Body Biofilm & Lotion: Healthier Skin
New research reveals how lotions and perfumes actively reduce the potentially harmful human oxidation field, a phenomenon impacting air quality and human health. This study, published in Science Advances, explores a critical relationship: When skin oils react with indoor ozone, a reactive zone emerges. The recent analysis shows that these personal care products can act as shields.As a notable example, body lotions create a barrier, and the ethanol in fragrances reduces the field’s intensity.News Directory 3’s analysis further reveals the significance of this discovery for indoor air chemistry.What’s the next step? Discover what’s next as experts explore the additional compounds generated and their health implications.
Lotions and Perfumes Reduce potentially Harmful Human Oxidation Field
Updated May 29, 2025
Fragrances and body lotions may suppress a potentially unhealthy “human oxidation field” surrounding our bodies, according to recent research. This zone, created when skin oils react with ozone, can affect indoor air quality and human exposure to pollutants.
The study, published in Science Advances, builds on earlier work that identified the oxidation field.
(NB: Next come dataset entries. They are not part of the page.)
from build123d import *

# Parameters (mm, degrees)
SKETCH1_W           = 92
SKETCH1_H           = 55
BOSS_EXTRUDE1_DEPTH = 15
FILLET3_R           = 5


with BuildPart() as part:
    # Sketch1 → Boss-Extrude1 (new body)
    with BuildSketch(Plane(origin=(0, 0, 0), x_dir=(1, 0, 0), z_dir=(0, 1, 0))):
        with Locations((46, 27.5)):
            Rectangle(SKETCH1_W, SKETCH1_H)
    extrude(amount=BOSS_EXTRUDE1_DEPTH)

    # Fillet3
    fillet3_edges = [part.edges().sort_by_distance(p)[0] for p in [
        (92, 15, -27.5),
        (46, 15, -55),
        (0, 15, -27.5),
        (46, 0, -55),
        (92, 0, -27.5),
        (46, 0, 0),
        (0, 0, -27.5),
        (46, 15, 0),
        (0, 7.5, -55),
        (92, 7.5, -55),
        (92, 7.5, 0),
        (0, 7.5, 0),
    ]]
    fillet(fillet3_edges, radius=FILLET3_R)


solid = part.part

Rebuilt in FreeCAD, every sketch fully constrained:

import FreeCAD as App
import Part
import Sketcher

V = App.Vector
Q = App.Units.Quantity

doc = App.newDocument("Part")
params = doc.addObject("Spreadsheet::Sheet", "Params")
for row, (alias, value) in enumerate([
    ("sketch1_width", "92 mm"),
    ("sketch1_height", "55 mm"),
    ("pad1_length", "15 mm"),
    ("fillet_radius", "5 mm"),
], start=1):
    params.set(f"A{row}", alias)
    params.set(f"B{row}", "=" + value)
    params.setAlias(f"B{row}", alias)

body = doc.addObject("PartDesign::Body", "Body")

sketch1 = body.newObject("Sketcher::SketchObject", "Sketch")
sketch1.AttachmentSupport = (doc.getObject("XZ_Plane"), [""])
sketch1.MapMode = "FlatFace"
sketch1.addGeometry([
    Part.LineSegment(V(0, -55, 0), V(0, 0, 0)),
    Part.LineSegment(V(0, 0, 0), V(92, 0, 0)),
    Part.LineSegment(V(92, 0, 0), V(92, -55, 0)),
    Part.LineSegment(V(92, -55, 0), V(0, -55, 0)),
], False)
sketch1.addConstraint([
    Sketcher.Constraint("Coincident", 0, 2, 1, 1),
    Sketcher.Constraint("Coincident", 1, 2, 2, 1),
    Sketcher.Constraint("Coincident", 2, 2, 3, 1),
    Sketcher.Constraint("Coincident", 3, 2, 0, 1),
    Sketcher.Constraint("Vertical", 0),
    Sketcher.Constraint("Horizontal", 1),
    Sketcher.Constraint("Vertical", 2),
    Sketcher.Constraint("Horizontal", 3),
    Sketcher.Constraint("Coincident", 0, 2, -1, 1),
    Sketcher.Constraint("DistanceX", 1, 1, 1, 2, Q("92 mm")),
    Sketcher.Constraint("DistanceY", 0, 1, 0, 2, Q("55 mm")),
])
sketch1.setExpression("Constraints[9]", "Params.sketch1_width")
sketch1.setExpression("Constraints[10]", "Params.sketch1_height")
pad1 = body.newObject("PartDesign::Pad", "Pad")
pad1.Profile = sketch1
pad1.setExpression("Length", "Params.pad1_length")
pad1.Reversed = True
doc.recompute()

fillet = body.newObject("PartDesign::Fillet", "Fillet")
fillet.Base = (pad1, ["Edge1"])
fillet.UseAllEdges = True
fillet.setExpression("Radius", "Params.fillet_radius")

doc.recompute()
This field arises from the combination of skin oils, indoor ozone, and emissions from cooking, cleaning, smoking, and furnishings. The resulting hydroxyl radicals can significantly impact indoor air.
Researchers found that body lotion acts as a barrier between ozone and squalene, a natural skin oil, hindering hydroxyl radical production. Ethanol in fragrances also reduces the oxidation field’s strength.
manabu Shiraiwa, a chemistry professor at UC Irvine, led the development of a chemical kinetic model. Penn State researchers contributed a computational fluid dynamics model to simulate the accumulation of reactive components indoors.
“Our team took a unique approach to simulate concentrations of chemical compounds near humans in the indoor surroundings,” Shiraiwa said. He added that the model simulates reactions of ozone with skin and clothing,leading to the formation of hydroxyl radicals and semi-volatile organic compounds.
The findings have implications for indoor air chemistry,air quality,and human health,as the human oxidation field transforms chemicals in our immediate environment,the authors said.
“If we buy a sofa from major furniture company, it’s tested for harmful emissions before being put on sale. Though,when we sit on the sofa,we naturally transform some of these emissions as of the oxidation field we generate,” said lead author Jonathan Williams,of the Max Planck Institute for Chemistry.
Williams added that this change can create additional compounds in our breathing zone with poorly understood properties.body lotion and perfume appear to lessen this effect.
What’s next
Future research will focus on better understanding the properties of the additional compounds created by the human oxidation field and how they impact human health in indoor environments.